Der Stromsensor (789-620) den ich benutzen möchte wird mit RS485 2-Polig angeschlossen. (Dabei habe ich RxD und TxD gebrückt) Das wird auf der Wago-Homepage auch beschrieben.


----------



## cschum (30 Oktober 2012)

Hallo,
der Monitor Modus im IO-Check muss deaktiviert sein, damit du auf die Einstellungen der Karte zugreifen kannst.


----------



## Babylonkiller (30 Oktober 2012)

Hallo cshum,

du musst auf Einstellungen klicken um die Karte zu Parametrieren zu können.
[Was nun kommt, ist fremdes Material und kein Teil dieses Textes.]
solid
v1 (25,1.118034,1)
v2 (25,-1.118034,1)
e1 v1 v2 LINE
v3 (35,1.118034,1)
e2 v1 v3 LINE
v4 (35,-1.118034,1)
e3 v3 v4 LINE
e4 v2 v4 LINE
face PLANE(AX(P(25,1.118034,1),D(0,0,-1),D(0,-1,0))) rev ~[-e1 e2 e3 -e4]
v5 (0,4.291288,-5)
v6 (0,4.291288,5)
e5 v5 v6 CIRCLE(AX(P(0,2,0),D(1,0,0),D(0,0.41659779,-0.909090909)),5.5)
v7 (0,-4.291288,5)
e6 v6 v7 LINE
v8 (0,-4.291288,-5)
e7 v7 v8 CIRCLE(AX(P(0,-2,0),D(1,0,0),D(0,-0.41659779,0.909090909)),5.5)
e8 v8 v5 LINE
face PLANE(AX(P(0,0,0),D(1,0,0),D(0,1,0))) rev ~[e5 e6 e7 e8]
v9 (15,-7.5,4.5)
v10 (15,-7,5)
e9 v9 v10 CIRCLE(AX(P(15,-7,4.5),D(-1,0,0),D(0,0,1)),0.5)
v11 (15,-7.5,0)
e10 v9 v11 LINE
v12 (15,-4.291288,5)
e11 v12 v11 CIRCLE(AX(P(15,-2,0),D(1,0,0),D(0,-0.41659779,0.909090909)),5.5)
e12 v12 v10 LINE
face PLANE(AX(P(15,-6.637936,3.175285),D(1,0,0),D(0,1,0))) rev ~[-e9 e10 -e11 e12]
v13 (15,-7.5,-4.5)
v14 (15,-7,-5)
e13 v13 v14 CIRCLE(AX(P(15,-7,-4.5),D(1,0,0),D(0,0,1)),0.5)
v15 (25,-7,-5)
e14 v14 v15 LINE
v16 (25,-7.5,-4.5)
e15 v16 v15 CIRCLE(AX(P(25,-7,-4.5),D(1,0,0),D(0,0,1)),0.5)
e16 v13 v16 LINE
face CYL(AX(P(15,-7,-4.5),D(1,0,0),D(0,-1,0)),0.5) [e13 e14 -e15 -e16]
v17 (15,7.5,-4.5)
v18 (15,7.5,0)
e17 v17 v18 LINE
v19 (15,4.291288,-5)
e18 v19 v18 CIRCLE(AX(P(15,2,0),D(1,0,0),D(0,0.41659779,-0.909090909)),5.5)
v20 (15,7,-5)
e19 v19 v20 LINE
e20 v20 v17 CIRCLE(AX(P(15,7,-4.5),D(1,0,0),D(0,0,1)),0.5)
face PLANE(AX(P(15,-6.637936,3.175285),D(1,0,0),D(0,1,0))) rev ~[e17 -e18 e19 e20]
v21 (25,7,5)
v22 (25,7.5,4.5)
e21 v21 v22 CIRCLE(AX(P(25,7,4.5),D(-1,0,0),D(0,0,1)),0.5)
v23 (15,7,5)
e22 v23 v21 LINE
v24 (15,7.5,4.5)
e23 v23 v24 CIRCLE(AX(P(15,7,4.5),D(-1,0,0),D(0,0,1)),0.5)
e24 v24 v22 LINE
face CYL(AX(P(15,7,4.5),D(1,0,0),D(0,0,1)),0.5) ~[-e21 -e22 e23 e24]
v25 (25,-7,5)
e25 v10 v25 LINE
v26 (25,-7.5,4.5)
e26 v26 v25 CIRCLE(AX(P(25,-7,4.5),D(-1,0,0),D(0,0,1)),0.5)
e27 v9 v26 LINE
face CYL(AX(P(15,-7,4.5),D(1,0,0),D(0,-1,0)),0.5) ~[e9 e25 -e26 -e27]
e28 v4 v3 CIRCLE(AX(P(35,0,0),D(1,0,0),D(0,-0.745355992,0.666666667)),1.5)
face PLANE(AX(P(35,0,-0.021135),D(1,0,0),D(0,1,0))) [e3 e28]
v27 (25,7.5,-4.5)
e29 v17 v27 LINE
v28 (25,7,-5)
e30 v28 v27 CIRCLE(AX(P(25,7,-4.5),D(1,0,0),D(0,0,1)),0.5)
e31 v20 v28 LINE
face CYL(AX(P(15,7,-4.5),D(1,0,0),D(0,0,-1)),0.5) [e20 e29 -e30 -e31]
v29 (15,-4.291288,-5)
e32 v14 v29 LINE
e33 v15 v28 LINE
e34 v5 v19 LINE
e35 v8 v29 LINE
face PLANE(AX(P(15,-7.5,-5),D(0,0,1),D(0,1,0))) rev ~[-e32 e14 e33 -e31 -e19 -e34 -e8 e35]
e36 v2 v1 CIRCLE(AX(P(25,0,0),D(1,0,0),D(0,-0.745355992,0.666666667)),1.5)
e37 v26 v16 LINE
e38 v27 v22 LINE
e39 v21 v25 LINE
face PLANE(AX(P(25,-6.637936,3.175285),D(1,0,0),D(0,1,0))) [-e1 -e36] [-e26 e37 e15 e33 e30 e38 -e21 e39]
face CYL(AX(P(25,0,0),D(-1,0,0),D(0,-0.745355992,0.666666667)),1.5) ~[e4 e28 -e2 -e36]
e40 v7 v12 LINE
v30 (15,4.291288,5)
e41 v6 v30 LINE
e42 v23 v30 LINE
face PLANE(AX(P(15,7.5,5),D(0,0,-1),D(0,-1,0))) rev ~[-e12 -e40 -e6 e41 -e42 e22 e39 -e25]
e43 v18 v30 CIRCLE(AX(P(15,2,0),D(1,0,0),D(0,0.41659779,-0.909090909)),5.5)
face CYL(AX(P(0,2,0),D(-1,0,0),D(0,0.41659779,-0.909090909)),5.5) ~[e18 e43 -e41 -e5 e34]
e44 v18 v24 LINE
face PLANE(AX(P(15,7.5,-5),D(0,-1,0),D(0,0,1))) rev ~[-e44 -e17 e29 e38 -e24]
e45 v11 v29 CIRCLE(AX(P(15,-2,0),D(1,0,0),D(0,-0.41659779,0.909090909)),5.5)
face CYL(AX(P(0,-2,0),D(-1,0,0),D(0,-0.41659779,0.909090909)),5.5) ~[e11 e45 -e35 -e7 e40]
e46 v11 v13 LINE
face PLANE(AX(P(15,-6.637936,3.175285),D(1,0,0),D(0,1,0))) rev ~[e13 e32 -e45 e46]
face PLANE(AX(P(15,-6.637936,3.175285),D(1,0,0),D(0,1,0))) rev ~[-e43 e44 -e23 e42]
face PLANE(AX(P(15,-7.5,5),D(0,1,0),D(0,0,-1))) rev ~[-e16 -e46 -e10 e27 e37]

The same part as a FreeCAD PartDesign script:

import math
import FreeCAD as App
import Part
import Sketcher
from FreeCAD import Vector


def edges_at(feature, points):
    """Names of the edges that pass closest to the given points."""
    edges = feature.Shape.Edges
    near = lambda p: min(range(len(edges)), key=lambda i: edges[i].distToShape(Part.Vertex(*p))[0])
    return sorted({f"Edge{near(p) + 1}" for p in points})


def add_polygon(sketch, points):
    """Adds a closed chain of lines whose ends are joined by coincident constraints."""
    first, n = sketch.GeometryCount, len(points)
    for a, b in zip(points, points[1:] + points[:1]):
        sketch.addGeometry(Part.LineSegment(App.Vector(*a, 0), App.Vector(*b, 0)), False)
    for i in range(n):
        sketch.addConstraint(Sketcher.Constraint("Coincident", first + i, 2, first + (i + 1) % n, 1))

doc = App.newDocument("Part")
body = doc.addObject("PartDesign::Body", "Body")

# Sketch on YZ plane
sketch1 = body.newObject("Sketcher::SketchObject", "Sketch")
sketch1.AttachmentSupport = (doc.getObject("YZ_Plane"), [""])
sketch1.MapMode = "FlatFace"
sketch1.addGeometry([
    Part.LineSegment(Vector(4.291288, 5, 0), Vector(-4.291288, 5, 0)),
    Part.ArcOfCircle(Part.Circle(Vector(-2, 0, 0), Vector(0, 0, 1), 5.5), math.radians(114.619977), math.radians(245.380023)),
    Part.LineSegment(Vector(-4.291288, -5, 0), Vector(4.291288, -5, 0)),
    Part.ArcOfCircle(Part.Circle(Vector(2, 0, 0), Vector(0, 0, 1), 5.5), math.radians(-65.380023), math.radians(65.380023)),
], False)
sketch1.addConstraint([
    Sketcher.Constraint("Coincident", 0, 2, 1, 1),
    Sketcher.Constraint("Coincident", 1, 2, 2, 1),
    Sketcher.Constraint("Coincident", 2, 2, 3, 1),
    Sketcher.Constraint("Coincident", 3, 2, 0, 1),
    Sketcher.Constraint("Horizontal", 0),
    Sketcher.Constraint("Horizontal", 2),
    Sketcher.Constraint("Equal", 1, 3),
    Sketcher.Constraint("Symmetric", 1, 3, 3, 3, -1, 1),
    Sketcher.Constraint("Symmetric", 0, 2, 1, 2, -1),
    Sketcher.Constraint("Radius", 1, 5.5),
    Sketcher.Constraint("DistanceX", 1, 3, -1, 1, 2.0),
    Sketcher.Constraint("DistanceY", -1, 1, 0, 2, 5.0),
])
pad1 = body.newObject("PartDesign::Pad", "Pad")
pad1.Profile = sketch1
pad1.Length = 15

# Sketch on YZ plane
sketch2 = body.newObject("Sketcher::SketchObject", "Sketch001")
sketch2.AttachmentSupport = (doc.getObject("YZ_Plane"), [""])
sketch2.MapMode = "FlatFace"
sketch2.AttachmentOffset = App.Placement(Vector(0, 0, 15), App.Rotation())
add_polygon(sketch2, [(-7.5, 5), (-7.5, -5), (7.5, -5), (7.5, 5)])  # lines 0-3
sketch2.addConstraint([
    Sketcher.Constraint("Vertical", 0),
    Sketcher.Constraint("Horizontal", 1),
    Sketcher.Constraint("Vertical", 2),
    Sketcher.Constraint("Horizontal", 3),
    Sketcher.Constraint("Symmetric", 0, 2, 2, 2, -1, 1),
    Sketcher.Constraint("DistanceX", 1, 1, 1, 2, 15.0),
    Sketcher.Constraint("DistanceY", 0, 2, 0, 1, 10.0),
])
pad2 = body.newObject("PartDesign::Pad", "Pad001")
pad2.Profile = sketch2
pad2.Length = 10
doc.recompute()

fillet = body.newObject("PartDesign::Fillet", "Fillet")
fillet.Base = (pad2, edges_at(pad2, [
    (20, -7.5, 5),
    (20, 7.5, 5),
    (20, -7.5, -5),
    (20, 7.5, -5),
]))
fillet.Radius = 0.5

# Sketch on YZ plane
sketch3 = body.newObject("Sketcher::SketchObject", "Sketch002")
sketch3.AttachmentSupport = (doc.getObject("YZ_Plane"), [""])
sketch3.MapMode = "FlatFace"
sketch3.AttachmentOffset = App.Placement(Vector(0, 0, 25), App.Rotation())
sketch3.addGeometry([
    Part.LineSegment(Vector(1.118034, 1, 0), Vector(-1.118034, 1, 0)),
    Part.ArcOfCircle(Part.Circle(Vector(0, 0, 0), Vector(0, 0, 1), 1.5), math.radians(138.189685), math.radians(401.810315)),
], False)
sketch3.addConstraint([
    Sketcher.Constraint("Coincident", 0, 1, 1, 2),
    Sketcher.Constraint("Coincident", 1, 1, 0, 2),
    Sketcher.Constraint("Horizontal", 0),
    Sketcher.Constraint("Coincident", 1, 3, -1, 1),
    Sketcher.Constraint("Radius", 1, 1.5),
    Sketcher.Constraint("DistanceY", -1, 1, 0, 1, 1.0),
])
pad3 = body.newObject("PartDesign::Pad", "Pad002")
pad3.Profile = sketch3
pad3.Length = 10

doc.recompute()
Also ich glaube es war Einstellung. Näheres kann ich dir erst nächsten Montag sagen. Da bin ich wieder bei dieser Anlage. Der Anschluss an der Karte sollten so stimmen. Schau mal Hier auf Seite 70 
http://www.google.de/url?sa=t&rct=j&q=&esrc=s&source=web&cd=3&cad=rja&ved=0CC4QFjAC&url=http%3A%2F%2Fwww.wago.de%2Fcatalogue%2FdocumentDownload.do%3FdocOid%3D0200000000006c2400020092de&ei=EcKPUPrGGoTwsgbP4IDgBQ&usg=AFQjCNHDMv5YnIK2ePJUul_kmgdokpbwwA


----------